Photo: Minas Panagiotakis/Getty Images

When both Carolina Hurricanes goaltenders left Saturday's game against the Toronto Maple Leafs with injuries, Dave Ayres came in as the emergency backup — and stopped eight of 10 shots he faced to seal a 6-3 win for Carolina.

Why it matters: Ayres, a 42-year-old Zamboni driver and practice goalie, had watched the first period from the stands with his wife. Minutes later, he was skating onto the ice in a real NHL game.

How it works: NHL teams dress two goaltenders and typically would call on a minor league goalie due to injury or other emergency.

  • If logistics make that impossible, teams are allowed to dress and play any available goaltending option, which is why local goalies with ties to the team are often on call.
  • Emergency goalies are available to either team, which explains why Ayres suited up for the Hurricanes despite being working for the Leafs. (Can you imagine if this was a super important game and he was facing his own team?)

What they're saying: Ayres, whose own hockey career was derailed by a kidney transplant 15 years ago, was asked what he'll remember most from the game.

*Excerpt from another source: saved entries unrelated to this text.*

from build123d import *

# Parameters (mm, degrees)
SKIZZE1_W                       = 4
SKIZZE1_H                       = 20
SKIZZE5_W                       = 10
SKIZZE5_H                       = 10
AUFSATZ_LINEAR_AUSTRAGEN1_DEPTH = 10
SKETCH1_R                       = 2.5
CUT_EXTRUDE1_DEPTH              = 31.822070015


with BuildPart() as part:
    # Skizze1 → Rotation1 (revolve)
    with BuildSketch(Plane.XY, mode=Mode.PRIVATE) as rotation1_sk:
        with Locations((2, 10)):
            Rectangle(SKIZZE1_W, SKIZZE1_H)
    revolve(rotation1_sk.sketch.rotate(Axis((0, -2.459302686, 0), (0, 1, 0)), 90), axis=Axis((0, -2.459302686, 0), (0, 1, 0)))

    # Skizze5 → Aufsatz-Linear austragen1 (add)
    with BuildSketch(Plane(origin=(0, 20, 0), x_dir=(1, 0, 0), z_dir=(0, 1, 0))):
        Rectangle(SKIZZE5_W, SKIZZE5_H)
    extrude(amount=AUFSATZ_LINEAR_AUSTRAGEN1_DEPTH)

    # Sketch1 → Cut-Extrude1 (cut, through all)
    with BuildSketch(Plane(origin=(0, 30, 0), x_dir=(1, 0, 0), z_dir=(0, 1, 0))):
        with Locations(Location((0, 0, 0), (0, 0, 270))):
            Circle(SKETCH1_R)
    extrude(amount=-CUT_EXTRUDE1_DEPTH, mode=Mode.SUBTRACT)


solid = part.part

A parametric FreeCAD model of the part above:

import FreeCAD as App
import Part
import Sketcher


def add_polygon(sketch, points):
    """Adds a closed chain of lines whose ends are joined by coincident constraints."""
    first, n = sketch.GeometryCount, len(points)
    for a, b in zip(points, points[1:] + points[:1]):
        sketch.addGeometry(Part.LineSegment(App.Vector(*a, 0), App.Vector(*b, 0)), False)
    for i in range(n):
        sketch.addConstraint(Sketcher.Constraint("Coincident", first + i, 2, first + (i + 1) % n, 1))

doc = App.newDocument("Part")
params = doc.addObject("Spreadsheet::Sheet", "Params")
for row, (alias, value) in enumerate([
    ("sketch1_width", "4 mm"),
    ("sketch1_height", "20 mm"),
    ("revolution_angle", "360 deg"),
    ("sketch2_width", "10 mm"),
    ("pad1_length", "10 mm"),
    ("sketch3_diameter", "5 mm"),
], start=1):
    params.set(f"A{row}", alias)
    params.set(f"B{row}", "=" + value)
    params.setAlias(f"B{row}", alias)

body = doc.addObject("PartDesign::Body", "Body")

sketch1 = body.newObject("Sketcher::SketchObject", "Sketch")
sketch1.AttachmentSupport = (doc.getObject("XY_Plane"), [""])
sketch1.MapMode = "FlatFace"
add_polygon(sketch1, [(0, 20), (0, 0), (4, 0), (4, 20)])
sketch1.addConstraint([
    Sketcher.Constraint("Vertical", 0),
    Sketcher.Constraint("Horizontal", 1),
    Sketcher.Constraint("Vertical", 2),
    Sketcher.Constraint("Horizontal", 3),
    Sketcher.Constraint("Coincident", 0, 2, -1, 1),
    Sketcher.Constraint("DistanceX", 1, 1, 1, 2, 4.0),
    Sketcher.Constraint("DistanceY", 0, 2, 0, 1, 20.0),
])
sketch1.setExpression("Constraints[9]", "Params.sketch1_width")
sketch1.setExpression("Constraints[10]", "Params.sketch1_height")
revolution = body.newObject("PartDesign::Revolution", "Revolution")
revolution.Profile = sketch1
revolution.ReferenceAxis = (sketch1, ["V_Axis"])
revolution.setExpression("Angle", "Params.revolution_angle")

sketch2 = body.newObject("Sketcher::SketchObject", "Sketch001")
sketch2.AttachmentSupport = (doc.getObject("XZ_Plane"), [""])
sketch2.MapMode = "FlatFace"
sketch2.AttachmentOffset = App.Placement(App.Vector(0, 0, -20), App.Rotation())
add_polygon(sketch2, [(-5, -5), (-5, 5), (5, 5), (5, -5)])
sketch2.addConstraint([
    Sketcher.Constraint("Vertical", 0),
    Sketcher.Constraint("Horizontal", 1),
    Sketcher.Constraint("Vertical", 2),
    Sketcher.Constraint("Horizontal", 3),
    Sketcher.Constraint("Symmetric", 0, 2, 2, 2, -1, 1),
    Sketcher.Constraint("Equal", 3, 0),
    Sketcher.Constraint("DistanceX", 1, 1, 1, 2, 10.0),
])
sketch2.setExpression("Constraints[10]", "Params.sketch2_width")
pad1 = body.newObject("PartDesign::Pad", "Pad")
pad1.Profile = sketch2
pad1.setExpression("Length", "Params.pad1_length")
pad1.Reversed = True

sketch3 = body.newObject("Sketcher::SketchObject", "Sketch002")
sketch3.AttachmentSupport = (doc.getObject("XZ_Plane"), [""])
sketch3.MapMode = "FlatFace"
sketch3.AttachmentOffset = App.Placement(App.Vector(0, 0, -30), App.Rotation())
sketch3.addGeometry(Part.Circle(App.Vector(0, 0, 0), App.Vector(0, 0, 1), 2.5), False)
sketch3.addConstraint([
    Sketcher.Constraint("Coincident", 0, 3, -1, 1),
    Sketcher.Constraint("Diameter", 0, 5.0),
])
sketch3.setExpression("Constraints[1]", "Params.sketch3_diameter")
pocket1 = body.newObject("PartDesign::Pocket", "Pocket")
pocket1.Profile = sketch3
pocket1.Type = "ThroughAll"
pocket1.Reversed = True

doc.recompute()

"These guys. How great they were to me. The crowd in Toronto was unreal. Even though I was on the other team, they were so receptive. Every time I made a save I could hear them cheering for me."
— Dave Ayres

The big picture: Ayres adds his name to a long and storied list of emergency NHL goalies — a list that includes an accountant, a police officer, a bank manager, a grad student, a statistician and a vending machine worker.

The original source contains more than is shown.